Laser molecular-beam epitaxy

QW structures were grown on atomically flat (001) surfaces of TiO2-terminated Nb-doped STO substrates in a laser molecular-beam epitaxy chamber connected to an ARPES system at BL-2A of Photon Factory (PF)30,31,32,33,34 (Supplementary Note 6). During the growth, the thickness was precisely and digitally controlled on the atomic scale by monitoring the intensity oscillation of reflection high-energy electron diffraction spots. The details of the growth conditions of SVO and STO layers31,32,33,34,51 are described in Supplementary Note 4. Note that all double QW structures were fabricated under the same conditions as those of the previously reported SVO/STO heterostructures31,32,33,34,51, wherein atomically flat surfaces and chemically abrupt interfaces formed. The details of the characterizations for the QW structures are given in Supplementary Information. Noted that we carefully characterized the thickness of SVO and STO layers, as well as the chemical abruptness of the SVO/STO interfaces, by analyzing the relative intensities of the relevant core levels just before in situ ARPES measurements (see Supplementary Note 5).

In situ angle-resolved photoemission spectroscopy

After growth, the samples were transferred to the ARPES chamber under an ultrahigh vacuum of 10−10 Torr to avoid the degradation of the sample surfaces on exposure to air (Supplementary Note 6).
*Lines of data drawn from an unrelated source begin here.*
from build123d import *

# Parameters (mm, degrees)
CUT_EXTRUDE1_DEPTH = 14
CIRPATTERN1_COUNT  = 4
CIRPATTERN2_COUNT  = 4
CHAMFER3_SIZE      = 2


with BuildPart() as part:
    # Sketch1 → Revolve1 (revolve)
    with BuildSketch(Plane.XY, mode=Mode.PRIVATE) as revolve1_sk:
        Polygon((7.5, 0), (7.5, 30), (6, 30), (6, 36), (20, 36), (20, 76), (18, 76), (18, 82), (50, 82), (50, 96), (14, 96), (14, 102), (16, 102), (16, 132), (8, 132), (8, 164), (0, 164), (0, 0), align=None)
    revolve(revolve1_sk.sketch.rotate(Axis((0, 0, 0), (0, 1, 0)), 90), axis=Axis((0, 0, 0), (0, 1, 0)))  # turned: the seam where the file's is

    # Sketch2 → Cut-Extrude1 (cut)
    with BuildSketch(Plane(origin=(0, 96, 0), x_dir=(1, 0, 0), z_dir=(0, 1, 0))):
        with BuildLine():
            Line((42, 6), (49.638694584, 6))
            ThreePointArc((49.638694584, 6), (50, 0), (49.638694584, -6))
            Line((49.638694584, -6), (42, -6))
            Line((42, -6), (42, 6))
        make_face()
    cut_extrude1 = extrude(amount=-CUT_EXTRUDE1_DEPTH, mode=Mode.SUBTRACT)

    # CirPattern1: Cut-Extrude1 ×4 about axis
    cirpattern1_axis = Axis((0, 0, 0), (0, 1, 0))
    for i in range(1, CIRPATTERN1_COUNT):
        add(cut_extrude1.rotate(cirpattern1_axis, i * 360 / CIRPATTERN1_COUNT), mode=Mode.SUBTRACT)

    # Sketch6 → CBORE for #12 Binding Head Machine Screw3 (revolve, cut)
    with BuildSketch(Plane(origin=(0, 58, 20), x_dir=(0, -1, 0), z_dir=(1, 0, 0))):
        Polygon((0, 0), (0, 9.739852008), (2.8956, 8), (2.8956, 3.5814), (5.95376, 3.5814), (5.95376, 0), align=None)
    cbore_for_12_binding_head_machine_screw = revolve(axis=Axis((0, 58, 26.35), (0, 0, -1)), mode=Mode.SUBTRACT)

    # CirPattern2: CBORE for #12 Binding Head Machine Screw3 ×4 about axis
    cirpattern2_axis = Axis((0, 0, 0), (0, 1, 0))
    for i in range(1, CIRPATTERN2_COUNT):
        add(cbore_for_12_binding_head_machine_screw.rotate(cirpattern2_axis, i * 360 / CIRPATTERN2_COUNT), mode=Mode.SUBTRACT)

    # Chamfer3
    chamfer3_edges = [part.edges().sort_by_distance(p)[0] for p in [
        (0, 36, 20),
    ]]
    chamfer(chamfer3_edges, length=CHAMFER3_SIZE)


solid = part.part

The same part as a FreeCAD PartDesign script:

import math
import FreeCAD as App
import Part
import Sketcher
from FreeCAD import Vector
Q = App.Units.Quantity


def edges_at(feature, points):
    """Names of the edges that pass closest to the given points."""
    edges = feature.Shape.Edges
    near = lambda p: min(range(len(edges)), key=lambda i: edges[i].distToShape(Part.Vertex(*p))[0])
    return sorted({f"Edge{near(p) + 1}" for p in points})

doc = App.newDocument("Part")
body = doc.addObject("PartDesign::Body", "Body")

# Sketch on XY plane
sketch1 = body.newObject("Sketcher::SketchObject", "Sketch")
sketch1.AttachmentSupport = (doc.getObject("XY_Plane"), [""])
sketch1.MapMode = "FlatFace"
sketch1.addGeometry(Part.LineSegment(Vector(7.5, 0, 0), Vector(7.5, 30, 0)), False)
sketch1.addGeometry(Part.LineSegment(Vector(7.5, 30, 0), Vector(6, 30, 0)), False)
sketch1.addGeometry(Part.LineSegment(Vector(6, 30, 0), Vector(6, 36, 0)), False)
sketch1.addGeometry(Part.LineSegment(Vector(6, 36, 0), Vector(20, 36, 0)), False)
sketch1.addGeometry(Part.LineSegment(Vector(20, 36, 0), Vector(20, 76, 0)), False)
sketch1.addGeometry(Part.LineSegment(Vector(20, 76, 0), Vector(18, 76, 0)), False)
sketch1.addGeometry(Part.LineSegment(Vector(18, 76, 0), Vector(18, 82, 0)), False)
sketch1.addGeometry(Part.LineSegment(Vector(18, 82, 0), Vector(50, 82, 0)), False)
sketch1.addGeometry(Part.LineSegment(Vector(50, 82, 0), Vector(50, 96, 0)), False)
sketch1.addGeometry(Part.LineSegment(Vector(50, 96, 0), Vector(14, 96, 0)), False)
sketch1.addGeometry(Part.LineSegment(Vector(14, 96, 0), Vector(14, 102, 0)), False)
sketch1.addGeometry(Part.LineSegment(Vector(14, 102, 0), Vector(16, 102, 0)), False)
sketch1.addGeometry(Part.LineSegment(Vector(16, 102, 0), Vector(16, 132, 0)), False)
sketch1.addGeometry(Part.LineSegment(Vector(16, 132, 0), Vector(8, 132, 0)), False)
sketch1.addGeometry(Part.LineSegment(Vector(8, 132, 0), Vector(8, 164, 0)), False)
sketch1.addGeometry(Part.LineSegment(Vector(8, 164, 0), Vector(0, 164, 0)), False)
sketch1.addGeometry(Part.LineSegment(Vector(0, 164, 0), Vector(0, 0, 0)), False)
sketch1.addGeometry(Part.LineSegment(Vector(0, 0, 0), Vector(7.5, 0, 0)), False)
sketch1.addConstraint(Sketcher.Constraint("Coincident", 0, 2, 1, 1))
sketch1.addConstraint(Sketcher.Constraint("Coincident", 1, 2, 2, 1))
sketch1.addConstraint(Sketcher.Constraint("Coincident", 2, 2, 3, 1))
sketch1.addConstraint(Sketcher.Constraint("Coincident", 3, 2, 4, 1))
sketch1.addConstraint(Sketcher.Constraint("Coincident", 4, 2, 5, 1))
sketch1.addConstraint(Sketcher.Constraint("Coincident", 5, 2, 6, 1))
sketch1.addConstraint(Sketcher.Constraint("Coincident", 6, 2, 7, 1))
sketch1.addConstraint(Sketcher.Constraint("Coincident", 7, 2, 8, 1))
sketch1.addConstraint(Sketcher.Constraint("Coincident", 8, 2, 9, 1))
sketch1.addConstraint(Sketcher.Constraint("Coincident", 9, 2, 10, 1))
sketch1.addConstraint(Sketcher.Constraint("Coincident", 10, 2, 11, 1))
sketch1.addConstraint(Sketcher.Constraint("Coincident", 11, 2, 12, 1))
sketch1.addConstraint(Sketcher.Constraint("Coincident", 12, 2, 13, 1))
sketch1.addConstraint(Sketcher.Constraint("Coincident", 13, 2, 14, 1))
sketch1.addConstraint(Sketcher.Constraint("Coincident", 14, 2, 15, 1))
sketch1.addConstraint(Sketcher.Constraint("Coincident", 15, 2, 16, 1))
sketch1.addConstraint(Sketcher.Constraint("Coincident", 16, 2, 17, 1))
sketch1.addConstraint(Sketcher.Constraint("Coincident", 17, 2, 0, 1))
sketch1.addConstraint(Sketcher.Constraint("Vertical", 0))
sketch1.addConstraint(Sketcher.Constraint("Horizontal", 1))
sketch1.addConstraint(Sketcher.Constraint("Vertical", 2))
sketch1.addConstraint(Sketcher.Constraint("Horizontal", 3))
sketch1.addConstraint(Sketcher.Constraint("Vertical", 4))
sketch1.addConstraint(Sketcher.Constraint("Horizontal", 5))
sketch1.addConstraint(Sketcher.Constraint("Vertical", 6))
sketch1.addConstraint(Sketcher.Constraint("Horizontal", 7))
sketch1.addConstraint(Sketcher.Constraint("Vertical", 8))
sketch1.addConstraint(Sketcher.Constraint("Horizontal", 9))
sketch1.addConstraint(Sketcher.Constraint("Vertical", 10))
sketch1.addConstraint(Sketcher.Constraint("Horizontal", 11))
sketch1.addConstraint(Sketcher.Constraint("Vertical", 12))
sketch1.addConstraint(Sketcher.Constraint("Horizontal", 13))
sketch1.addConstraint(Sketcher.Constraint("Vertical", 14))
sketch1.addConstraint(Sketcher.Constraint("Horizontal", 15))
sketch1.addConstraint(Sketcher.Constraint("Vertical", 16))
sketch1.addConstraint(Sketcher.Constraint("Horizontal", 17))
sketch1.addConstraint(Sketcher.Constraint("Coincident", 16, 2, -1, 1))
sketch1.addConstraint(Sketcher.Constraint("Equal", 5, 11))
sketch1.addConstraint(Sketcher.Constraint("Equal", 13, 15))
sketch1.addConstraint(Sketcher.Constraint("Equal", 2, 6))
sketch1.addConstraint(Sketcher.Constraint("Equal", 3, 8))
sketch1.addConstraint(Sketcher.Constraint("Equal", 6, 10))
sketch1.addConstraint(Sketcher.Constraint("Equal", 0, 12))
sketch1.addConstraint(Sketcher.Constraint("Equal", 7, 14))
sketch1.addConstraint(Sketcher.Constraint("DistanceX", 3, 1, 3, 2, Q("14 mm")))
sketch1.addConstraint(Sketcher.Constraint("DistanceX", 5, 2, 5, 1, Q("2 mm")))
sketch1.addConstraint(Sketcher.Constraint("DistanceX", 7, 1, 7, 2, Q("32 mm")))
sketch1.addConstraint(Sketcher.Constraint("DistanceX", 9, 2, 9, 1, Q("36 mm")))
sketch1.addConstraint(Sketcher.Constraint("DistanceX", 13, 2, 13, 1, Q("8 mm")))
sketch1.addConstraint(Sketcher.Constraint("DistanceY", 0, 1, 0, 2, Q("30 mm")))
sketch1.addConstraint(Sketcher.Constraint("DistanceY", 2, 1, 2, 2, Q("6 mm")))
sketch1.addConstraint(Sketcher.Constraint("DistanceY", 4, 1, 4, 2, Q("40 mm")))
sketch1.addConstraint(Sketcher.Constraint("DistanceX", 1, 2, 1, 1, Q("1.5 mm")))
revolution = body.newObject("PartDesign::Revolution", "Revolution")
revolution.Profile = sketch1
revolution.ReferenceAxis = (sketch1, ["V_Axis"])
revolution.Angle = 360

# Sketch on XZ plane
sketch2 = body.newObject("Sketcher::SketchObject", "Sketch001")
sketch2.AttachmentSupport = (doc.getObject("XZ_Plane"), [""])
sketch2.MapMode = "FlatFace"
sketch2.AttachmentOffset = App.Placement(Vector(0, 0, -96), App.Rotation())
sketch2.addGeometry(Part.LineSegment(Vector(50, -6, 0), Vector(42, -6, 0)), False)
sketch2.addGeometry(Part.LineSegment(Vector(42, -6, 0), Vector(42, 6, 0)), False)
sketch2.addGeometry(Part.LineSegment(Vector(42, 6, 0), Vector(50, 6, 0)), False)
sketch2.addGeometry(Part.ArcOfCircle(Part.Circle(Vector(0, 0, 0), Vector(0, 0, 1), 50), math.radians(-6.89), math.radians(6.89)), False)
sketch2.addConstraint(Sketcher.Constraint("Coincident", 0, 2, 1, 1))
sketch2.addConstraint(Sketcher.Constraint("Coincident", 1, 2, 2, 1))
sketch2.addConstraint(Sketcher.Constraint("Coincident", 2, 2, 3, 2))
sketch2.addConstraint(Sketcher.Constraint("Coincident", 3, 1, 0, 1))
sketch2.addConstraint(Sketcher.Constraint("Horizontal", 0))
sketch2.addConstraint(Sketcher.Constraint("Vertical", 1))
sketch2.addConstraint(Sketcher.Constraint("Horizontal", 2))
sketch2.addConstraint(Sketcher.Constraint("Coincident", 3, 3, -1, 1))
sketch2.addConstraint(Sketcher.Constraint("Vertical", 2, 2, 3, 1))
sketch2.addConstraint(Sketcher.Constraint("Radius", 3, Q("50 mm")))
sketch2.addConstraint(Sketcher.Constraint("DistanceY", 1, 1, 1, 2, Q("12 mm")))
sketch2.addConstraint(Sketcher.Constraint("DistanceX", -1, 1, 0, 2, Q("42 mm")))
pocket1 = body.newObject("PartDesign::Pocket", "Pocket")
pocket1.Profile = sketch2
pocket1.Length = 14
pocket1.Reversed = True
doc.recompute()

polarpattern = body.newObject("PartDesign::PolarPattern", "PolarPattern")
polarpattern.Originals = [pocket1]
polarpattern.Axis = (doc.getObject("Y_Axis"), [""])
polarpattern.Angle = 360
polarpattern.Occurrences = 4
body.Tip = polarpattern

# Sketch on YZ plane
sketch3 = body.newObject("Sketcher::SketchObject", "Sketch002")
sketch3.AttachmentSupport = (doc.getObject("YZ_Plane"), [""])
sketch3.MapMode = "FlatFace"
sketch3.addGeometry(Part.LineSegment(Vector(58, 10.3, 0), Vector(58, 20, 0)), False)
sketch3.addGeometry(Part.LineSegment(Vector(58, 20, 0), Vector(52, 20, 0)), False)
sketch3.addGeometry(Part.LineSegment(Vector(52, 20, 0), Vector(52, 16.4, 0)), False)
sketch3.addGeometry(Part.LineSegment(Vector(52, 16.4, 0), Vector(55.1, 16.4, 0)), False)
sketch3.addGeometry(Part.LineSegment(Vector(55.1, 16.4, 0), Vector(55.1, 12, 0)), False)
sketch3.addGeometry(Part.LineSegment(Vector(55.1, 12, 0), Vector(58, 10.3, 0)), False)
sketch3.addGeometry(Part.LineSegment(Vector(58, 20, 0), Vector(58, 10.3, 0)), True)  # axis
sketch3.addConstraint(Sketcher.Constraint("Coincident", 0, 2, 1, 1))
sketch3.addConstraint(Sketcher.Constraint("Coincident", 1, 2, 2, 1))
sketch3.addConstraint(Sketcher.Constraint("Coincident", 2, 2, 3, 1))
sketch3.addConstraint(Sketcher.Constraint("Coincident", 3, 2, 4, 1))
sketch3.addConstraint(Sketcher.Constraint("Coincident", 4, 2, 5, 1))
sketch3.addConstraint(Sketcher.Constraint("Coincident", 5, 2, 0, 1))
sketch3.addConstraint(Sketcher.Constraint("Vertical", 0))
sketch3.addConstraint(Sketcher.Constraint("Horizontal", 1))
sketch3.addConstraint(Sketcher.Constraint("Vertical", 2))
sketch3.addConstraint(Sketcher.Constraint("Horizontal", 3))
sketch3.addConstraint(Sketcher.Constraint("Vertical", 4))
sketch3.addConstraint(Sketcher.Constraint("Vertical", 6))
sketch3.addConstraint(Sketcher.Constraint("Coincident", 6, 1, 0, 2))
sketch3.addConstraint(Sketcher.Constraint("Equal", 0, 6))
sketch3.addConstraint(Sketcher.Constraint("Angle", 5, Q("-31 deg")))
sketch3.addConstraint(Sketcher.Constraint("DistanceX", -1, 1, 0, 2, Q("58 mm")))
sketch3.addConstraint(Sketcher.Constraint("DistanceY", -1, 1, 0, 2, Q("20 mm")))
sketch3.addConstraint(Sketcher.Constraint("DistanceY", -1, 1, 4, 2, Q("12 mm")))
sketch3.addConstraint(Sketcher.Constraint("DistanceY", 2, 2, 2, 1, Q("3.5814 mm")))
sketch3.addConstraint(Sketcher.Constraint("DistanceX", 1, 2, 1, 1, Q("5.95376 mm")))
sketch3.addConstraint(Sketcher.Constraint("DistanceX", 3, 1, 3, 2, Q("3.05816 mm")))
groove = body.newObject("PartDesign::Groove", "Groove")
groove.Profile = sketch3
groove.ReferenceAxis = (sketch3, ["Axis0"])
groove.Angle = 360
doc.recompute()

polarpattern2 = body.newObject("PartDesign::PolarPattern", "PolarPattern001")
polarpattern2.Originals = [groove]
polarpattern2.Axis = (doc.getObject("Y_Axis"), [""])
polarpattern2.Angle = 360
polarpattern2.Occurrences = 4
body.Tip = polarpattern2
doc.recompute()

chamfer = body.newObject("PartDesign::Chamfer", "Chamfer")
chamfer.Base = (polarpattern2, edges_at(polarpattern2, [(0, 36, 20)]))
chamfer.Size = 2

doc.recompute()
The ARPES experiments were conducted in situ at a temperature of 20 K using linear horizontal (LH) polarization of the incident light. The incident photon energy was 88 eV. The energy and angular resolutions were respectively set to about 30 meV and 0.3°. The EF of the samples was calibrated by measuring a gold foil that was electrically connected to the samples. The details of the ARPES measurement setups are given in Supplementary Note 7.

Electronic structure calculations

First-principles calculations based on DFT were carried out in the framework of the Perdew–Burke–Ernzerhof-type generalized-gradient approximation52 using the QMAS code53 based on the projector augmented-wave method54 and a plane-wave basis set. The plane-wave cutoff energy was set to 20 Ha. The corresponding Brillouin zone was sampled by 8 × 8 × 2 k-mesh for the self-consistent field calculation. To obtain the electronic density of states, calculations with fixed charges were made at additional k points. We have adopted a repeated slab geometry with a vacuum layer (thickness of 11.93247 Å) in between neighboring slabs of the V2T2V6 heterostructure as illustrated in the top panel of Fig. 3b. Note that to simplify the calculations, DFT calculations were performed without structural relaxation, setting the cubic lattice constant of both SVO and STO to 3.86494 Å, which is the lattice constant of an SVO crystal. For the comparison with the ARPES results, the subband dispersion (Esub) was obtained by multiplying the calculated band structures (EDFT) by the band renormalization factor (Z): \({E}_{{{{{{\rm{sub}}}}}}}\left({k}_{\parallel }\right)=Z{\cdot E}_{{{{{{\rm{DFT}}}}}}}({k}_{\parallel })\), where k is the momentum parallel to the surface. The value of Z is inversely proportional to the mass enhancement factor, and the mass enhancement in the subbands is known to be associated with strong interaction among V 3d electrons24,25,30,31,32,33,55,56,57. The best fit to the ARPES results gives Z = 0.55 (mass enhancement factor ~1.8) for the heterostructure, in good agreement with previous results measured on SVO thin films31.